◆ **Task objective**
Among the lines of data below, reproduce only those from the one with "e69 v43 v36 LINE" through the one with "A parametric FreeCAD", exactly as they stand, both ends included.

◆ **Data shown**

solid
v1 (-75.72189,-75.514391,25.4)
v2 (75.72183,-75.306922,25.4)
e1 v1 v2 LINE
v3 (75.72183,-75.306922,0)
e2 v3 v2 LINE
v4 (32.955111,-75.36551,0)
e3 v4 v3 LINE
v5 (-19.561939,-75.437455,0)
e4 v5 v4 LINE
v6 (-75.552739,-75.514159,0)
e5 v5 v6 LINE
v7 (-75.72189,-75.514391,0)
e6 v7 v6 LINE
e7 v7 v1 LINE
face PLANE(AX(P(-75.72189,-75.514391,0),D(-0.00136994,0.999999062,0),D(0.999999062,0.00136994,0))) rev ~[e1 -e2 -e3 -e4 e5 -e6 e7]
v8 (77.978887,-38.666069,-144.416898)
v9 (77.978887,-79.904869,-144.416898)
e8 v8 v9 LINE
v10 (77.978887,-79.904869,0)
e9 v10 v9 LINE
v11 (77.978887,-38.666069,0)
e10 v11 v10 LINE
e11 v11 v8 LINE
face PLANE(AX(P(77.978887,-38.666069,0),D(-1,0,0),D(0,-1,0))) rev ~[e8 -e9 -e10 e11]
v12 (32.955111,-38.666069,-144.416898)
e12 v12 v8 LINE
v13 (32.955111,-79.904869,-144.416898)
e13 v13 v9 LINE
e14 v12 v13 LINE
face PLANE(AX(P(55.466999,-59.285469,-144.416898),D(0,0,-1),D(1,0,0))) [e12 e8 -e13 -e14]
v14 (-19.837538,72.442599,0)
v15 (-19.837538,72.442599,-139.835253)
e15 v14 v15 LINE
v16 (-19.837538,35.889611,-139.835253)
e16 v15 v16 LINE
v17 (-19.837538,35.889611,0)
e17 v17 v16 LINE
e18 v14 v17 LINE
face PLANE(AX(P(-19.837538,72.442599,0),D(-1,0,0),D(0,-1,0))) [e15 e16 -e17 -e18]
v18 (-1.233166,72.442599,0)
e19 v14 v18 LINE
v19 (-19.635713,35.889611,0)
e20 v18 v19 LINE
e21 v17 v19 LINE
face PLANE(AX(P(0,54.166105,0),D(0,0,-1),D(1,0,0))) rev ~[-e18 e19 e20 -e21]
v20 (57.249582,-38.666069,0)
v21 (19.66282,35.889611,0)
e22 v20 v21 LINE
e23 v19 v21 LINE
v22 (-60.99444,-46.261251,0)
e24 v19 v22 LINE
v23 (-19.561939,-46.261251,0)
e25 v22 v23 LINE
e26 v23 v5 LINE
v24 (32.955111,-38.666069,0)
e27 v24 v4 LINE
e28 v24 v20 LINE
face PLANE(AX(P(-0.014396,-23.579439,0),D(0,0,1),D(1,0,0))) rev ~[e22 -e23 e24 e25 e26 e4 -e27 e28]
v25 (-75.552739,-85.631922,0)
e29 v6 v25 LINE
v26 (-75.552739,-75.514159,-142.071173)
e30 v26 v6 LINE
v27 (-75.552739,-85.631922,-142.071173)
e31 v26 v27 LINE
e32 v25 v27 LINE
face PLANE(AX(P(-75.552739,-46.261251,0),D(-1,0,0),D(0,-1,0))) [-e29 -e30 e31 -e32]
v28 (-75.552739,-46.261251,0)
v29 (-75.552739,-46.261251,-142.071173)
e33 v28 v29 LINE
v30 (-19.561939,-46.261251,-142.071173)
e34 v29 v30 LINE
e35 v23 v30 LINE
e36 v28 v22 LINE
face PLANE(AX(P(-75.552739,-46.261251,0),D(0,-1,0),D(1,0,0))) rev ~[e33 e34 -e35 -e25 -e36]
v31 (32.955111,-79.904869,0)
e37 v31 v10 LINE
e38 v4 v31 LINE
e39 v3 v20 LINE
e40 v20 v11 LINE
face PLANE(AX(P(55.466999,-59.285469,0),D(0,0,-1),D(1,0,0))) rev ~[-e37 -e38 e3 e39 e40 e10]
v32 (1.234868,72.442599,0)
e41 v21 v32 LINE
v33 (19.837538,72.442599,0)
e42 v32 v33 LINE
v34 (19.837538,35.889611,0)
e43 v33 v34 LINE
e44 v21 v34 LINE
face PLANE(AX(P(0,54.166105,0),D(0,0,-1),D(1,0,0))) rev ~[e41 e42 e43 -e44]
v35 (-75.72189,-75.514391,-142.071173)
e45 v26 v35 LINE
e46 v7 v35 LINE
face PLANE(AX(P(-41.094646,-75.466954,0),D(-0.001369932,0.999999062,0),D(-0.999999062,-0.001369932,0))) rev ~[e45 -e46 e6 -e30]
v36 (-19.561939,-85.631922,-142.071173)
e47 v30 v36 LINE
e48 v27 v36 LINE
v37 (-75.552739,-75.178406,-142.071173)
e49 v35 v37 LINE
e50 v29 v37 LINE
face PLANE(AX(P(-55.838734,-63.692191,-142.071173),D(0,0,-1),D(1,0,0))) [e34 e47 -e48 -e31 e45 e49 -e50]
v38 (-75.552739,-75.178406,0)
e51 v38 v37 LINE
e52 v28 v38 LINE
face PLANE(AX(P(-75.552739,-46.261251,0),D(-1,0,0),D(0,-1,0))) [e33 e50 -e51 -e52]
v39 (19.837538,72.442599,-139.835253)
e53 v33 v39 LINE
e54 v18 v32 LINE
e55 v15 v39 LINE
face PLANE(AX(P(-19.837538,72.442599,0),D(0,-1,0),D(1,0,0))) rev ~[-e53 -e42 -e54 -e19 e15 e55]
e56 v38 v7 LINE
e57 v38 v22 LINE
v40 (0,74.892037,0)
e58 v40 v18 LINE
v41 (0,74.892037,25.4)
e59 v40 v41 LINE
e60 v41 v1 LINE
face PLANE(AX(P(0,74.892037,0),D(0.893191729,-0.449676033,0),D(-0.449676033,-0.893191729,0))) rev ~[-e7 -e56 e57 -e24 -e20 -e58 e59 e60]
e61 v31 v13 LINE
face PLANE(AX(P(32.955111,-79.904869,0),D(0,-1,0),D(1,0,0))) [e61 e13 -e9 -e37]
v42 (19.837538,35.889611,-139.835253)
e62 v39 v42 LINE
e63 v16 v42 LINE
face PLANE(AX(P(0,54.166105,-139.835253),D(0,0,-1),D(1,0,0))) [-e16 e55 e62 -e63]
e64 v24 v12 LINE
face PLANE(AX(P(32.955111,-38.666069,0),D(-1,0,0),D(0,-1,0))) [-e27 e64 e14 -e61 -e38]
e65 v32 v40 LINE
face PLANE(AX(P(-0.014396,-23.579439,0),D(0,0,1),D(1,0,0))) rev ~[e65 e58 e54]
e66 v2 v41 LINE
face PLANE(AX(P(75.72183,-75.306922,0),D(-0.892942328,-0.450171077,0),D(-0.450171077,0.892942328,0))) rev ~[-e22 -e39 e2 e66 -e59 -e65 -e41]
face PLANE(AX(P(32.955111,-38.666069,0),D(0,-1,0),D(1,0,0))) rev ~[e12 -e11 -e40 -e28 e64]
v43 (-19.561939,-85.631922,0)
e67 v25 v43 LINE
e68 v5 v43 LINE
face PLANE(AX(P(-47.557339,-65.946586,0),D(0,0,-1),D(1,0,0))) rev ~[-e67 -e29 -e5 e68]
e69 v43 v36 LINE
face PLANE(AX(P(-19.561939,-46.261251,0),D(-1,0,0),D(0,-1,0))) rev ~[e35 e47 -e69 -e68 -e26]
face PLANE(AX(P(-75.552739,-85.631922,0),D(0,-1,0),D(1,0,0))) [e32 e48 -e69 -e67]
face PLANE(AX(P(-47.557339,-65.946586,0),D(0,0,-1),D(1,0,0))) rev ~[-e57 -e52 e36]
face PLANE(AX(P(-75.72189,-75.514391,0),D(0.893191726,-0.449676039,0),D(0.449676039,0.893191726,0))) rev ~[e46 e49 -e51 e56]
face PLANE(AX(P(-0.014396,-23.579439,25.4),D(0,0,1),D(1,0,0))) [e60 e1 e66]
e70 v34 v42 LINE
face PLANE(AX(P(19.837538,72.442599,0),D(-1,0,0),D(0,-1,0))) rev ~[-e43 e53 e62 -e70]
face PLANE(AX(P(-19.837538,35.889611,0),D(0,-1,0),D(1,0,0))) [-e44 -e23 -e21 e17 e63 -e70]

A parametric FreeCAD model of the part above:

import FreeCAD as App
import Part
import Sketcher
from FreeCAD import Vector


def add_polygon(sketch, points):
    """Adds a closed chain of lines whose ends are joined by coincident constraints."""
    first, n = sketch.GeometryCount, len(points)
    for a, b in zip(points, points[1:] + points[:1]):
        sketch.addGeometry(Part.LineSegment(App.Vector(*a, 0), App.Vector(*b, 0)), False)
    for i in range(n):
        sketch.addConstraint(Sketcher.Constraint("Coincident", first + i, 2, first + (i + 1) % n, 1))

doc = App.newDocument("Part")
params = doc.addObject("Spreadsheet::Sheet", "Params")
for row, (alias, value) in enumerate([
    ("pad1_length", "1 in"),
    ("pad2_length", "142.071173 mm"),
    ("pad3_length", "139.835253 mm"),
    ("pad4_length", "144.416898 mm"),
], start=1):
    params.set(f"A{row}", alias)
    params.set(f"B{row}", "=" + value)
    params.setAlias(f"B{row}", alias)

body = doc.addObject("PartDesign::Body", "Body")

sketch1 = body.newObject("Sketcher::SketchObject", "Sketch")
sketch1.AttachmentSupport = (doc.getObject("XY_Plane"), [""])
sketch1.MapMode = "FlatFace"
add_polygon(sketch1, [(0, 75), (-76, -76), (76, -75)])
sketch1.addConstraint([
    Sketcher.Constraint("PointOnObject", 2, 2, -2),
    Sketcher.Constraint("DistanceX", 0, 2, -1, 1, 75.72189),
    Sketcher.Constraint("DistanceY", 0, 2, -1, 1, 75.514391),
    Sketcher.Constraint("DistanceX", -1, 1, 1, 2, 75.72183),
    Sketcher.Constraint("DistanceY", 1, 2, -1, 1, 75.306922),
    Sketcher.Constraint("DistanceY", 1, 2, 2, 2, 150.198959),
])
pad1 = body.newObject("PartDesign::Pad", "Pad")
pad1.Profile = sketch1
pad1.setExpression("Length", "Params.pad1_length")

sketch2 = body.newObject("Sketcher::SketchObject", "Sketch001")
sketch2.AttachmentSupport = (doc.getObject("XY_Plane"), [""])
sketch2.MapMode = "FlatFace"
add_polygon(sketch2, [(-75.55, -75.18), (-75.55, -46.26), (-19.56, -46.26), (-19.56, -85.63), (-75.55, -85.63), (-75.55, -75.51), (-75.72, -75.51)])
sketch2.addConstraint([
    Sketcher.Constraint("Vertical", 0),
    Sketcher.Constraint("Horizontal", 1),
    Sketcher.Constraint("Vertical", 2),
    Sketcher.Constraint("Horizontal", 3),
    Sketcher.Constraint("Vertical", 4),
    Sketcher.Constraint("Vertical", 0, 2, 3, 2),
    Sketcher.Constraint("DistanceX", 1, 1, 1, 2, 55.9908),
    Sketcher.Constraint("DistanceY", 2, 2, 2, 1, 39.370671),
    Sketcher.Constraint("Distance", 5, 0.169151),
    Sketcher.Constraint("Distance", 6, 0.376162),
    Sketcher.Constraint("DistanceY", 0, 1, 0, 2, 28.917156),
    Sketcher.Constraint("DistanceY", 4, 1, 4, 2, 10.117762),
    Sketcher.Constraint("DistanceX", 0, 2, -1, 1, 75.552739),
    Sketcher.Constraint("DistanceY", 0, 2, -1, 1, 46.261251),
])
pad2 = body.newObject("PartDesign::Pad", "Pad001")
pad2.Profile = sketch2
pad2.setExpression("Length", "Params.pad2_length")
pad2.Reversed = True

sketch3 = body.newObject("Sketcher::SketchObject", "Sketch002")
sketch3.AttachmentSupport = (doc.getObject("XY_Plane"), [""])
sketch3.MapMode = "FlatFace"
add_polygon(sketch3, [(-20, 36), (-20, 72), (20, 72), (20, 36)])
sketch3.addConstraint([
    Sketcher.Constraint("Vertical", 0),
    Sketcher.Constraint("Horizontal", 1),
    Sketcher.Constraint("Vertical", 2),
    Sketcher.Constraint("Horizontal", 3),
    Sketcher.Constraint("DistanceY", -1, 1, 0, 2, 72.442599),
    Sketcher.Constraint("DistanceX", 1, 1, 1, 2, 39.675076),
    Sketcher.Constraint("DistanceY", 0, 1, 0, 2, 36.552988),
    Sketcher.Constraint("DistanceX", 0, 2, -1, 1, 19.837538),
])
pad3 = body.newObject("PartDesign::Pad", "Pad002")
pad3.Profile = sketch3
pad3.setExpression("Length", "Params.pad3_length")
pad3.Reversed = True

sketch4 = body.newObject("Sketcher::SketchObject", "Sketch003")
sketch4.AttachmentSupport = (doc.getObject("XY_Plane"), [""])
sketch4.MapMode = "FlatFace"
add_polygon(sketch4, [(33, -80), (33, -39), (78, -39), (78, -80)])
sketch4.addConstraint([
    Sketcher.Constraint("Vertical", 0),
    Sketcher.Constraint("Horizontal", 1),
    Sketcher.Constraint("Vertical", 2),
    Sketcher.Constraint("Horizontal", 3),
    Sketcher.Constraint("DistanceY", 0, 1, 0, 2, 41.238799),
    Sketcher.Constraint("DistanceX", 1, 1, 1, 2, 45.023777),
    Sketcher.Constraint("DistanceX", -1, 1, 0, 2, 32.955111),
    Sketcher.Constraint("DistanceY", 0, 2, -1, 1, 38.666069),
])
pad4 = body.newObject("PartDesign::Pad", "Pad003")
pad4.Profile = sketch4
pad4.setExpression("Length", "Params.pad4_length")
pad4.Reversed = True

doc.recompute()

◆ **Written solution**
e69 v43 v36 LINE
face PLANE(AX(P(-19.561939,-46.261251,0),D(-1,0,0),D(0,-1,0))) rev ~[e35 e47 -e69 -e68 -e26]
face PLANE(AX(P(-75.552739,-85.631922,0),D(0,-1,0),D(1,0,0))) [e32 e48 -e69 -e67]
face PLANE(AX(P(-47.557339,-65.946586,0),D(0,0,-1),D(1,0,0))) rev ~[-e57 -e52 e36]
face PLANE(AX(P(-75.72189,-75.514391,0),D(0.893191726,-0.449676039,0),D(0.449676039,0.893191726,0))) rev ~[e46 e49 -e51 e56]
face PLANE(AX(P(-0.014396,-23.579439,25.4),D(0,0,1),D(1,0,0))) [e60 e1 e66]
e70 v34 v42 LINE
face PLANE(AX(P(19.837538,72.442599,0),D(-1,0,0),D(0,-1,0))) rev ~[-e43 e53 e62 -e70]
face PLANE(AX(P(-19.837538,35.889611,0),D(0,-1,0),D(1,0,0))) [-e44 -e23 -e21 e17 e63 -e70]

A parametric FreeCAD model of the part above:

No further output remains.